Barone, il collezionista di corna di cervo

27 luglio 2020, 05:02

Barone, il collezionista di corna di cervo

CESARE PASTARINI

 

Chissà quante volte passeggiando per boschi, magari alla ricerca di funghi, non abbiamo badato o addirittura siamo inciampati su quelli che all’apparenza sembrano tronchi.

Può capitare, invece, e non è una possibilità così remota, che si tratti di corna di cervo o di capriolo.

A Parma uno dei maggiori esperti è Andrea Barone, un vero e proprio «cacciatore» di palchi - così si chiamano - , una passione nata da ragazzino, accompagnando un guardiacaccia.

Sul finire dell’inverno, questi ungulati perdono le corna, che in pochi mesi ricrescono, e c’è chi, come Barone, sguardo a terra e vista aguzza, parte per la raccolta.

«Non è facile riconoscerli subito – spiega – perché il loro colore è dato dal tipo di piante, dal colore dei tronchi su cui gli animali si grattano. Il castagno, ad esempio, è scurissimo; la gaggia molto meno. Per cui le corna si mimetizzano con legni e foglie».

A influire su colore, forma e dimensione sono naturalmente anche la genealogia e l’alimentazione.

Tra l’altro il capriolo è stanziale, mentre il cervo percorre chilometri ogni giorno e quindi trovare i segni del loro passaggio si fa più complicato.

Anche perché le dimensioni stesse dei palchi è differente, il peso va dai 3 ai 5 chili per stanga, mentre la lunghezza dai 70 ai 130 centimetri, con forme ovviamente differenti tra loro. Più l’animale è anziano, più le corna sono grandi. Quelle escrescenze che sembrano punte e che ramificano sulla testa dei cervi hanno nomi precisi in base alla posizione in cui si trovano: pugnale, ago, mediano e corona: impiegano circa quattro mesi per formarsi.

Un buon metodo di ricerca, sempre nel rispetto degli animali e della natura, sono le fototrappole, una apparecchiatura fotografica fissa e nemmeno tanto complicata, senza la presenza dell’uomo, che immortala i passaggi di questi prìncipi dei boschi e che permette di registrare in foto e video i loro movimenti e il loro comportamento. Ad esempio nelle arene di combattimento, quando cioè i maschi si affrontano per dimostrare la loro dominanza, soprattutto nella stagione degli amori. Barone, che tra l’altro ha la più importante raccolta italiana di palchi di caprioli, ogni weekend studia la scheda di memoria con le immagini e assieme ai figli produce brevi documentari fatti in casa.

Ogni anno il richiamo degli appassionati di palchi caduchi, soprannominati anche «cornari», è un po’ come un bramito.

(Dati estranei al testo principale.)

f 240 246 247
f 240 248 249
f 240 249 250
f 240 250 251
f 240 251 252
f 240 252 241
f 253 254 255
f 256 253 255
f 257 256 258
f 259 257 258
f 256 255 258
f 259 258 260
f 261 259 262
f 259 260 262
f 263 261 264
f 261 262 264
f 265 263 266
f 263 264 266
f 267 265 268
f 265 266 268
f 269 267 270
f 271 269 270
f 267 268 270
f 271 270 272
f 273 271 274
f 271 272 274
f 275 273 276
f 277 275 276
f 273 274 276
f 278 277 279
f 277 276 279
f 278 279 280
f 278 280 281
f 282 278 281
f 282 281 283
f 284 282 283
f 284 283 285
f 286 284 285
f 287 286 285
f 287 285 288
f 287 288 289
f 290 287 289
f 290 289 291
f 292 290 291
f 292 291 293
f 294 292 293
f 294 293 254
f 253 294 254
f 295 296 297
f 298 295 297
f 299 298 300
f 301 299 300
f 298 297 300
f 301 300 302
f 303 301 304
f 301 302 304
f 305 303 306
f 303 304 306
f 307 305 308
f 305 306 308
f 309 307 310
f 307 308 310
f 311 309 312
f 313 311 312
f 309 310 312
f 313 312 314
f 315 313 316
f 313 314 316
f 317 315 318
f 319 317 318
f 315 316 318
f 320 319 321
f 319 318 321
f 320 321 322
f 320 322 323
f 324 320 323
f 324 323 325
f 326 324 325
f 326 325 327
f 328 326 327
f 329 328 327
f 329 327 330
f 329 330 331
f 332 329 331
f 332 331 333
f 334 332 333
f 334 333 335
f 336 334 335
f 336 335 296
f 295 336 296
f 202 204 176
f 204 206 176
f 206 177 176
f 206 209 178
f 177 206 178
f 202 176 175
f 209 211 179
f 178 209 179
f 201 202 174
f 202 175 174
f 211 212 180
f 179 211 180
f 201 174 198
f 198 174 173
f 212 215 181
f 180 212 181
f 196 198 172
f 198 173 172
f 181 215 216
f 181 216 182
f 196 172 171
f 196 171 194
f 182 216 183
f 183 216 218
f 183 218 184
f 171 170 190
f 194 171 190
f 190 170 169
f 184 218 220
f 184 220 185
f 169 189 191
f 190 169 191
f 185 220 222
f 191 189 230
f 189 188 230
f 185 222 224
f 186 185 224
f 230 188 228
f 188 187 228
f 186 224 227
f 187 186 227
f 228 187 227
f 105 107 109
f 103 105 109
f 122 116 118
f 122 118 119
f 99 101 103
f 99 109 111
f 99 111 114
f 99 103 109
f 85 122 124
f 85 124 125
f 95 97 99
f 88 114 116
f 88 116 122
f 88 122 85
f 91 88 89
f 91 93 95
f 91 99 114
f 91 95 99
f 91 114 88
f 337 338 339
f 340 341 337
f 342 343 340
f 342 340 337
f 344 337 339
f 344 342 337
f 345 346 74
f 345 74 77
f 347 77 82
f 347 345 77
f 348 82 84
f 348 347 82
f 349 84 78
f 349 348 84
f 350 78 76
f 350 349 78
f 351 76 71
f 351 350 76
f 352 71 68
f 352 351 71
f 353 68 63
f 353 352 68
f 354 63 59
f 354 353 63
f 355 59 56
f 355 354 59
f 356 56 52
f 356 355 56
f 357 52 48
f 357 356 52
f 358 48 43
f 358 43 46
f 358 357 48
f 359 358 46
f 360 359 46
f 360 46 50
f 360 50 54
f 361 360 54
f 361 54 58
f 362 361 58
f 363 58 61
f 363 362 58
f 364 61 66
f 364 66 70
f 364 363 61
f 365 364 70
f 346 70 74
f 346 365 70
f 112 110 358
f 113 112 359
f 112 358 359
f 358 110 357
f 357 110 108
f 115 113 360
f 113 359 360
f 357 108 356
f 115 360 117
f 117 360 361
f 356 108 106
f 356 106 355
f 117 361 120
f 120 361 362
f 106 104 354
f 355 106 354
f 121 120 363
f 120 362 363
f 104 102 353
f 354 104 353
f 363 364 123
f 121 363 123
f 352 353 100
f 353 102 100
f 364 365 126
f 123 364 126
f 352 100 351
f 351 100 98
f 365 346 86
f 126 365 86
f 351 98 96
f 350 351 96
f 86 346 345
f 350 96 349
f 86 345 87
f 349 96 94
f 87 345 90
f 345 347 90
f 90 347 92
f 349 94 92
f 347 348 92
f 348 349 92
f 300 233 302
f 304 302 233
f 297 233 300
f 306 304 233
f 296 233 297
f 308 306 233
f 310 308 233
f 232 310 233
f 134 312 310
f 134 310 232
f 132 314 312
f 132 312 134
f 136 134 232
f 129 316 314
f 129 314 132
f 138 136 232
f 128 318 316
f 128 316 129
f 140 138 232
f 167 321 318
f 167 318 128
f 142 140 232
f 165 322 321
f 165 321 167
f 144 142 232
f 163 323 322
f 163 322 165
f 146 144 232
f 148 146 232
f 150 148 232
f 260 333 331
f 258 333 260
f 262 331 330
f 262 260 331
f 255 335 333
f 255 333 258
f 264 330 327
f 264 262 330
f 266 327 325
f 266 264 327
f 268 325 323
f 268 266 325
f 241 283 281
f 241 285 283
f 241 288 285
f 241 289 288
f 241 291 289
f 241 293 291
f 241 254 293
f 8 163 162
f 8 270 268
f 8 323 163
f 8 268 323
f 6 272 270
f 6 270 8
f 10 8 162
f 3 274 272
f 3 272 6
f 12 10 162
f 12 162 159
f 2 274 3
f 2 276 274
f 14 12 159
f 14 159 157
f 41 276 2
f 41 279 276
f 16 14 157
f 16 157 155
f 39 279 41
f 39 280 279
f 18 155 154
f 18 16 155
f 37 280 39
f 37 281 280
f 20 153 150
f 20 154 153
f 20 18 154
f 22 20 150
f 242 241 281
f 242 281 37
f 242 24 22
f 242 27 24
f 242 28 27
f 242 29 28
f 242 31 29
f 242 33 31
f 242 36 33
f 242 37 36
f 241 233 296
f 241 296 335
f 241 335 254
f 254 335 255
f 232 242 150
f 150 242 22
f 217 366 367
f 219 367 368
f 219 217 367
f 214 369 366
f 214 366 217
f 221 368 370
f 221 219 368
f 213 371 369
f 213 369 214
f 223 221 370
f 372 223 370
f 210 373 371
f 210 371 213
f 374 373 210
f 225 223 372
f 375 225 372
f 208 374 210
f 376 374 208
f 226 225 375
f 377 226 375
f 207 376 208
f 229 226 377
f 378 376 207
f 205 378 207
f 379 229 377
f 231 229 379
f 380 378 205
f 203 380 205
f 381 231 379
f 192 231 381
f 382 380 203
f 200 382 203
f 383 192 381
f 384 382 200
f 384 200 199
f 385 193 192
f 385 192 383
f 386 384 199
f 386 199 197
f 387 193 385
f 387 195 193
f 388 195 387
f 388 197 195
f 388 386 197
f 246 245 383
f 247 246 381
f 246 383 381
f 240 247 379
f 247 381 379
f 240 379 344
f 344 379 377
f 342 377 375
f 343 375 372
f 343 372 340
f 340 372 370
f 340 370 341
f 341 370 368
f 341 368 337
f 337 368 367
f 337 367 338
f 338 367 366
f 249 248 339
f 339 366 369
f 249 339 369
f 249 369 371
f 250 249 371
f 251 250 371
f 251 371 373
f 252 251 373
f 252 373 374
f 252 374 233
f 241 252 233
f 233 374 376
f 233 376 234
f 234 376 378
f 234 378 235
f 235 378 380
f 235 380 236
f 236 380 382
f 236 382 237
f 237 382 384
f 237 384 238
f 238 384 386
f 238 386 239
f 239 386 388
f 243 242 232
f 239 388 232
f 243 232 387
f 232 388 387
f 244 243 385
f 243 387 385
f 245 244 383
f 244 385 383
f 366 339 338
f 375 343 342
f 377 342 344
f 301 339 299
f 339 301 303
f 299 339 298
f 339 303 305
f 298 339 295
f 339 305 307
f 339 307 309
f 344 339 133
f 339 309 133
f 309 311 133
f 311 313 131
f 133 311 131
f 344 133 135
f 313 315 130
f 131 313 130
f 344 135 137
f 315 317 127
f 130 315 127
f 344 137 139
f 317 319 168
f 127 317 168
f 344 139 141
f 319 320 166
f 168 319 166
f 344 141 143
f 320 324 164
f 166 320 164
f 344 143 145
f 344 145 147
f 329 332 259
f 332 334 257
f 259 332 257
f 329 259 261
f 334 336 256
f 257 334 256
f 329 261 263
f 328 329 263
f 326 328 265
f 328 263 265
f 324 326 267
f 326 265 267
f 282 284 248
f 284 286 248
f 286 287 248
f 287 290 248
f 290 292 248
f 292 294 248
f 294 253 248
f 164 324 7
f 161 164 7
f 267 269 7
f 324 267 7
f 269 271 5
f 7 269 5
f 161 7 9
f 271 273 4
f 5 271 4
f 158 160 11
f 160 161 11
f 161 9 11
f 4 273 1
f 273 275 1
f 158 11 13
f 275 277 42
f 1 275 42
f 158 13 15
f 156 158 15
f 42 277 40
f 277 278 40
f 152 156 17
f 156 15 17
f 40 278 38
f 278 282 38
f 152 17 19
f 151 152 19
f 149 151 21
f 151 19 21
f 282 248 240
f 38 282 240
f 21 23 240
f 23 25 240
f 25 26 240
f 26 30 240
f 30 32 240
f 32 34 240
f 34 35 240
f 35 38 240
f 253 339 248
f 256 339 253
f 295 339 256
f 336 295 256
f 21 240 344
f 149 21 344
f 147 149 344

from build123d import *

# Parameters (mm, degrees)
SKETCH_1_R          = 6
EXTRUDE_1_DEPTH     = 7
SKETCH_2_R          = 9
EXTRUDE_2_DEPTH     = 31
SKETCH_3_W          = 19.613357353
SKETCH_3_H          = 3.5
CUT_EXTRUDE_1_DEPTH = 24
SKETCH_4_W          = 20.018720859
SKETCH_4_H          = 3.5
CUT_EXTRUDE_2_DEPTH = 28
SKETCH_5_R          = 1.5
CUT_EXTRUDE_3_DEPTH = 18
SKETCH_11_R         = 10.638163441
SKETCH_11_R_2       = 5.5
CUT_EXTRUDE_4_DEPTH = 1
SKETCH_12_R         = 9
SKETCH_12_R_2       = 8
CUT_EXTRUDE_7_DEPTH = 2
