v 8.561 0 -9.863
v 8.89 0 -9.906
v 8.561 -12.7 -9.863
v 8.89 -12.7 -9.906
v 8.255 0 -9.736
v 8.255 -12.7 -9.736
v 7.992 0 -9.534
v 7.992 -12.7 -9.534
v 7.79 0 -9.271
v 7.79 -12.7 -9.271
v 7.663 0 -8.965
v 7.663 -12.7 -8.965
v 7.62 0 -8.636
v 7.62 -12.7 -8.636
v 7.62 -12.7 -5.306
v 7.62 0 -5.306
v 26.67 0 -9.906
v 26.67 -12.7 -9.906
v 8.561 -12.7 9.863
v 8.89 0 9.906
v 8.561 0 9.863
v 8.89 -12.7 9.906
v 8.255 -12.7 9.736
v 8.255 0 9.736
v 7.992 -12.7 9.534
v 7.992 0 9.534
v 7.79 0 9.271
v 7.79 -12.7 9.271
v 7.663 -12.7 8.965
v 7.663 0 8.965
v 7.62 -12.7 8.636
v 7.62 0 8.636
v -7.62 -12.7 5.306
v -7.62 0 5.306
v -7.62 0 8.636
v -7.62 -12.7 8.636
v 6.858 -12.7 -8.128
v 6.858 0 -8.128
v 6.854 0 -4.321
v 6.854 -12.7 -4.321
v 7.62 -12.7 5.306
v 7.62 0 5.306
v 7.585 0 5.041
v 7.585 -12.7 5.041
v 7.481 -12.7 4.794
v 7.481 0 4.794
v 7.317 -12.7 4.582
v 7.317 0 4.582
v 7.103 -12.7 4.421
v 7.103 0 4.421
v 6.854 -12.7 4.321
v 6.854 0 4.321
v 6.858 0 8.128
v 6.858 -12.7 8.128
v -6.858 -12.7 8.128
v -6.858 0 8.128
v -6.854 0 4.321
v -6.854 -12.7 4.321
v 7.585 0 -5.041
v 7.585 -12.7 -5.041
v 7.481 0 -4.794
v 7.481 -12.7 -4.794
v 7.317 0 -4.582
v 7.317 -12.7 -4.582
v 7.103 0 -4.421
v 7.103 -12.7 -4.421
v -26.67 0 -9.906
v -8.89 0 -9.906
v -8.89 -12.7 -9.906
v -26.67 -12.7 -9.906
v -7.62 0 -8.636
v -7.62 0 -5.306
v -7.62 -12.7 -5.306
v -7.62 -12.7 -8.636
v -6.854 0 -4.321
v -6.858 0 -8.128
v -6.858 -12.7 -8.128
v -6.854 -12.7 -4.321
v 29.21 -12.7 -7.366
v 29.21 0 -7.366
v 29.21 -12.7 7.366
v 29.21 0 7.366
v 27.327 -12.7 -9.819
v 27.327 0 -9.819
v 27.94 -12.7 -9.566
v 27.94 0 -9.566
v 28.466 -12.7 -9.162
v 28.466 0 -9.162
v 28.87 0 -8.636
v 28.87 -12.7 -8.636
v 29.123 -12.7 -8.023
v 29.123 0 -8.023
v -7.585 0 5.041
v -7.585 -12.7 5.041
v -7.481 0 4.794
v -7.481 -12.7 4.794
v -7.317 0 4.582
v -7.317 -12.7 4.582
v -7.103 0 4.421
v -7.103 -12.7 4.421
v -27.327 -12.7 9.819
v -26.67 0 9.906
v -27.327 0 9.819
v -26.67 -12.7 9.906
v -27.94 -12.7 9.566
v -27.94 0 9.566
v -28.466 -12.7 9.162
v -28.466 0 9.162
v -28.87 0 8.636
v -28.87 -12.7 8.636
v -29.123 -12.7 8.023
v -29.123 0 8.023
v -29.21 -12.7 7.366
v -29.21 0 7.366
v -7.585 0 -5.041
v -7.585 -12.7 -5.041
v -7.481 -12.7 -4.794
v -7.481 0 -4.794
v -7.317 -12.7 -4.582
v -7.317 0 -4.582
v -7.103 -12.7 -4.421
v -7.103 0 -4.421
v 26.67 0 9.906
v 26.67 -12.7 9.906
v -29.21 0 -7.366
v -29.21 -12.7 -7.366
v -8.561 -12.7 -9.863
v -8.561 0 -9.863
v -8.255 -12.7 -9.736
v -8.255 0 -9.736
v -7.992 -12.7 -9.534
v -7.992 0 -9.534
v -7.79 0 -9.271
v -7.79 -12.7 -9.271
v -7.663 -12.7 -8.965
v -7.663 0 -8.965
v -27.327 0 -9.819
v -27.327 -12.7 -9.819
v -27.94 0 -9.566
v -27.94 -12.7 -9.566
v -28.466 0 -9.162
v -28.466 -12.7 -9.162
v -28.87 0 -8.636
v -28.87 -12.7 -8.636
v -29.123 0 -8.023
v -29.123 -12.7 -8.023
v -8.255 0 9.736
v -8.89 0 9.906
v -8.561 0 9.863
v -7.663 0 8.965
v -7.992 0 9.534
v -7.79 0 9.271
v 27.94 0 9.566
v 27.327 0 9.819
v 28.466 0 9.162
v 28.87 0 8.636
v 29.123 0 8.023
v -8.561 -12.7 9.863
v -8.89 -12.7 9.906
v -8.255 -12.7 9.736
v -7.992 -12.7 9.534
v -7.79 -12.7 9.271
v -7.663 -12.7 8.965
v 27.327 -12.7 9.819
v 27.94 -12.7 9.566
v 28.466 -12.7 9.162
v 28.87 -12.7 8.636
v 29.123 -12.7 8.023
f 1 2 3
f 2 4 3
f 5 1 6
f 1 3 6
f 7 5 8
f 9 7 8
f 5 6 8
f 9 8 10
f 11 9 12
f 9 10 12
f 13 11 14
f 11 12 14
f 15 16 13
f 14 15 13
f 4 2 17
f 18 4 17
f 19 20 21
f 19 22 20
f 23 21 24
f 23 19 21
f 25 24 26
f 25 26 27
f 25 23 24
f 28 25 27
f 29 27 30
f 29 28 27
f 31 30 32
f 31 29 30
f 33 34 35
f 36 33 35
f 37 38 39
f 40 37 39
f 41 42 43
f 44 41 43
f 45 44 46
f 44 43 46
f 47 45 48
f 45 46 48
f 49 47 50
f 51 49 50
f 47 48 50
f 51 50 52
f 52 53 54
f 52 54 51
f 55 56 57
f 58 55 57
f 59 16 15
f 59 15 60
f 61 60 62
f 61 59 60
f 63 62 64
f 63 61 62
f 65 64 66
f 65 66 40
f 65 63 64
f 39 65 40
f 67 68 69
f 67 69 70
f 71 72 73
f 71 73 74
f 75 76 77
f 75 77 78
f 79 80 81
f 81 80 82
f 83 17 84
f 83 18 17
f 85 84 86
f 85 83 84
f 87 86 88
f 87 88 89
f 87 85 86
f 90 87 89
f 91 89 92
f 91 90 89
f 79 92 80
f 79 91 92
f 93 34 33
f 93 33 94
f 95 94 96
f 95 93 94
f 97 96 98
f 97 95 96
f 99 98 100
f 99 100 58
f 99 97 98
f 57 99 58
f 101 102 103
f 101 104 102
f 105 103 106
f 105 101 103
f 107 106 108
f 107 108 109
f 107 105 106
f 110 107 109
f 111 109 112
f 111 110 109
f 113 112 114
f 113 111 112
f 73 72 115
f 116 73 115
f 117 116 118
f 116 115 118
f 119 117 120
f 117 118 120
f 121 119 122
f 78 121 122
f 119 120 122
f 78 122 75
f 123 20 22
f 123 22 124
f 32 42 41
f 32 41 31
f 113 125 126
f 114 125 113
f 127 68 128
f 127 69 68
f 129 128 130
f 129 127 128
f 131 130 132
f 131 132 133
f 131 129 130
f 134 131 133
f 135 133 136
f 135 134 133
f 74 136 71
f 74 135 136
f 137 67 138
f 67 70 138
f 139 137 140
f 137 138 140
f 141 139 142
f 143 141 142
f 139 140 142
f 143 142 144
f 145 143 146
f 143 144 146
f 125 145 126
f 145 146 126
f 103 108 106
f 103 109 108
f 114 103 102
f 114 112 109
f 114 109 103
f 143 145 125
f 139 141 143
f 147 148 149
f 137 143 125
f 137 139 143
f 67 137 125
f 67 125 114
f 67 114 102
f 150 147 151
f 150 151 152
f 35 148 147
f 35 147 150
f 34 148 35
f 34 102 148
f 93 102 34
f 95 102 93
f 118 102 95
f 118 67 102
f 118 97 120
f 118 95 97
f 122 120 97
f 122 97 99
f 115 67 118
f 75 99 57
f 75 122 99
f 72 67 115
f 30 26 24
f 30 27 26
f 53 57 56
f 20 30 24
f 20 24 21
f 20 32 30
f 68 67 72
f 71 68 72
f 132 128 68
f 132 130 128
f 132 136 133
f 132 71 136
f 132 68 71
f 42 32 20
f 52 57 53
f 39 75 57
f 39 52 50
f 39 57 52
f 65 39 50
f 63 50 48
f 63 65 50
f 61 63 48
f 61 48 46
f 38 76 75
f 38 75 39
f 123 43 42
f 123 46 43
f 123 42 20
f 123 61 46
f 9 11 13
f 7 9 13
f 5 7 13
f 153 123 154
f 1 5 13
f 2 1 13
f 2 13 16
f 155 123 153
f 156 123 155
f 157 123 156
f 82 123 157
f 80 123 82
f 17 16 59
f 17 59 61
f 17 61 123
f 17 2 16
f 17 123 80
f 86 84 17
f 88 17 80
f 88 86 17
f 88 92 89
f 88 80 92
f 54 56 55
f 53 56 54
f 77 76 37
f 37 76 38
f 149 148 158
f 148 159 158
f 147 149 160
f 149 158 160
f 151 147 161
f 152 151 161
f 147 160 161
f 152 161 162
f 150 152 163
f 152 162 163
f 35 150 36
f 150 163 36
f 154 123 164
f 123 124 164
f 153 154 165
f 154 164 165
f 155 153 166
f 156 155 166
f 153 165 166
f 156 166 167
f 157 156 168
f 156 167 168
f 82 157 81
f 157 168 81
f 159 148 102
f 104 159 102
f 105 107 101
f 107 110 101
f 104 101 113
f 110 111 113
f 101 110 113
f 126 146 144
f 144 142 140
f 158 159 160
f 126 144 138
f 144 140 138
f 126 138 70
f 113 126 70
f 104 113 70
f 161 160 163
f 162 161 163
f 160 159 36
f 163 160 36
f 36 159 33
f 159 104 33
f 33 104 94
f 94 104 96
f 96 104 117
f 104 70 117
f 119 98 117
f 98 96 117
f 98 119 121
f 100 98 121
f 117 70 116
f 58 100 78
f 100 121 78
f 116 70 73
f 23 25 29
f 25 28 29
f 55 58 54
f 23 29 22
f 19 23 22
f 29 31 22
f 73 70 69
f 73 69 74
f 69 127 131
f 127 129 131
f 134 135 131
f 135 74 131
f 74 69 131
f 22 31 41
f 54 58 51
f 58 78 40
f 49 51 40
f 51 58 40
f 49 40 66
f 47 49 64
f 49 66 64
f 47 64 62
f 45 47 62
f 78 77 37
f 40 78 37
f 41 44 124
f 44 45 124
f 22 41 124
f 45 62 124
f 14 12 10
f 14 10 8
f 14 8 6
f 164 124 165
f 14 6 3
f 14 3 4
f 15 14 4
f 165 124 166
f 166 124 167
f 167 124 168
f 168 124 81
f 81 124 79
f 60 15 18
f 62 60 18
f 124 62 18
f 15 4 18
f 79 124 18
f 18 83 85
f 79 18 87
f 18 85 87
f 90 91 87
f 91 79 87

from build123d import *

# Parameters (mm, degrees)
F1_DEPTH    = 12.7
F2_R        = 2.54
F3_R        = 1.27
F4_T1_DEPTH = 12.7


# Not quite as in the source:
# - a fillet or chamfer that OpenCascade refuses, or shapes differently, is made with other operations: its cross-section is extruded or revolved along the edge and cut away or added


with BuildPart() as f1:
    # F0 (on Front) → F1 (new body)
    with BuildSketch(Plane.XZ):
        Polygon((-29.21, 0), (0, 0), (0, 8.128), (-6.858, 8.128), (-6.8540549837, 4.3214331381), (-7.62, 4.3214331381), (-7.62, 9.906), (-29.21, 9.906), align=None)
    extrude(amount=F1_DEPTH)

    # F2
    f2_edges = [f1.edges().sort_by_distance(p)[0] for p in [
        (-29.21, -6.35, 9.906),
    ]]
    fillet(f2_edges, radius=F2_R)

    # F3
    f3_edges = [f1.edges().sort_by_distance(p)[0] for p in [
        (-7.62, -6.35, 9.906),
    ]]
    fillet(f3_edges, radius=F3_R)

    # F4: fillet of radius 1.016 on 1 edges, made by hand

    # F4_s2 → F4_t1 (join)
    with BuildSketch(Plane.XZ):
        with BuildLine():
            ThreePointArc((-7.62, 5.306181078), (-7.4059700317, 4.6824022163), (-6.8540549837, 4.3214331381))
            Line((-6.8540549837, 4.3214331381), (-7.62, 4.3214331381))
            Line((-7.62, 4.3214331381), (-7.62, 5.306181078))
        make_face()
    extrude(amount=F4_T1_DEPTH)

    # F5: F1 across face


with BuildPart() as f1_1:
    add(f1.part)
    add(f1.part.mirror(Plane(origin=(-14.605, -6.35, 0), x_dir=(1, 0, 0), z_dir=(0, 0, -1))))

    # F6: F1 across face


with BuildPart() as f1_2:
    add(f1_1.part)
    add(f1_1.part.mirror(Plane(origin=(0, -6.35, 0), x_dir=(0, 1, 0), z_dir=(1, 0, 0))))


solid = f1_2.part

Anche quest’anno a fine luglio si raduneranno a Sauze d’Oulx, in Val di Susa, ognuno per esporre i propri tesori raccolti in boschi di tutta Italia.

 

CESARE PASTARINI Chissà quante volte passeggiando per boschi, magari alla ricerca di funghi, non abbiamo badato o addirittura siamo inciampati su quelli che all’apparenza sembrano tronchi. Può capitare, invece, e non è una possibilità così...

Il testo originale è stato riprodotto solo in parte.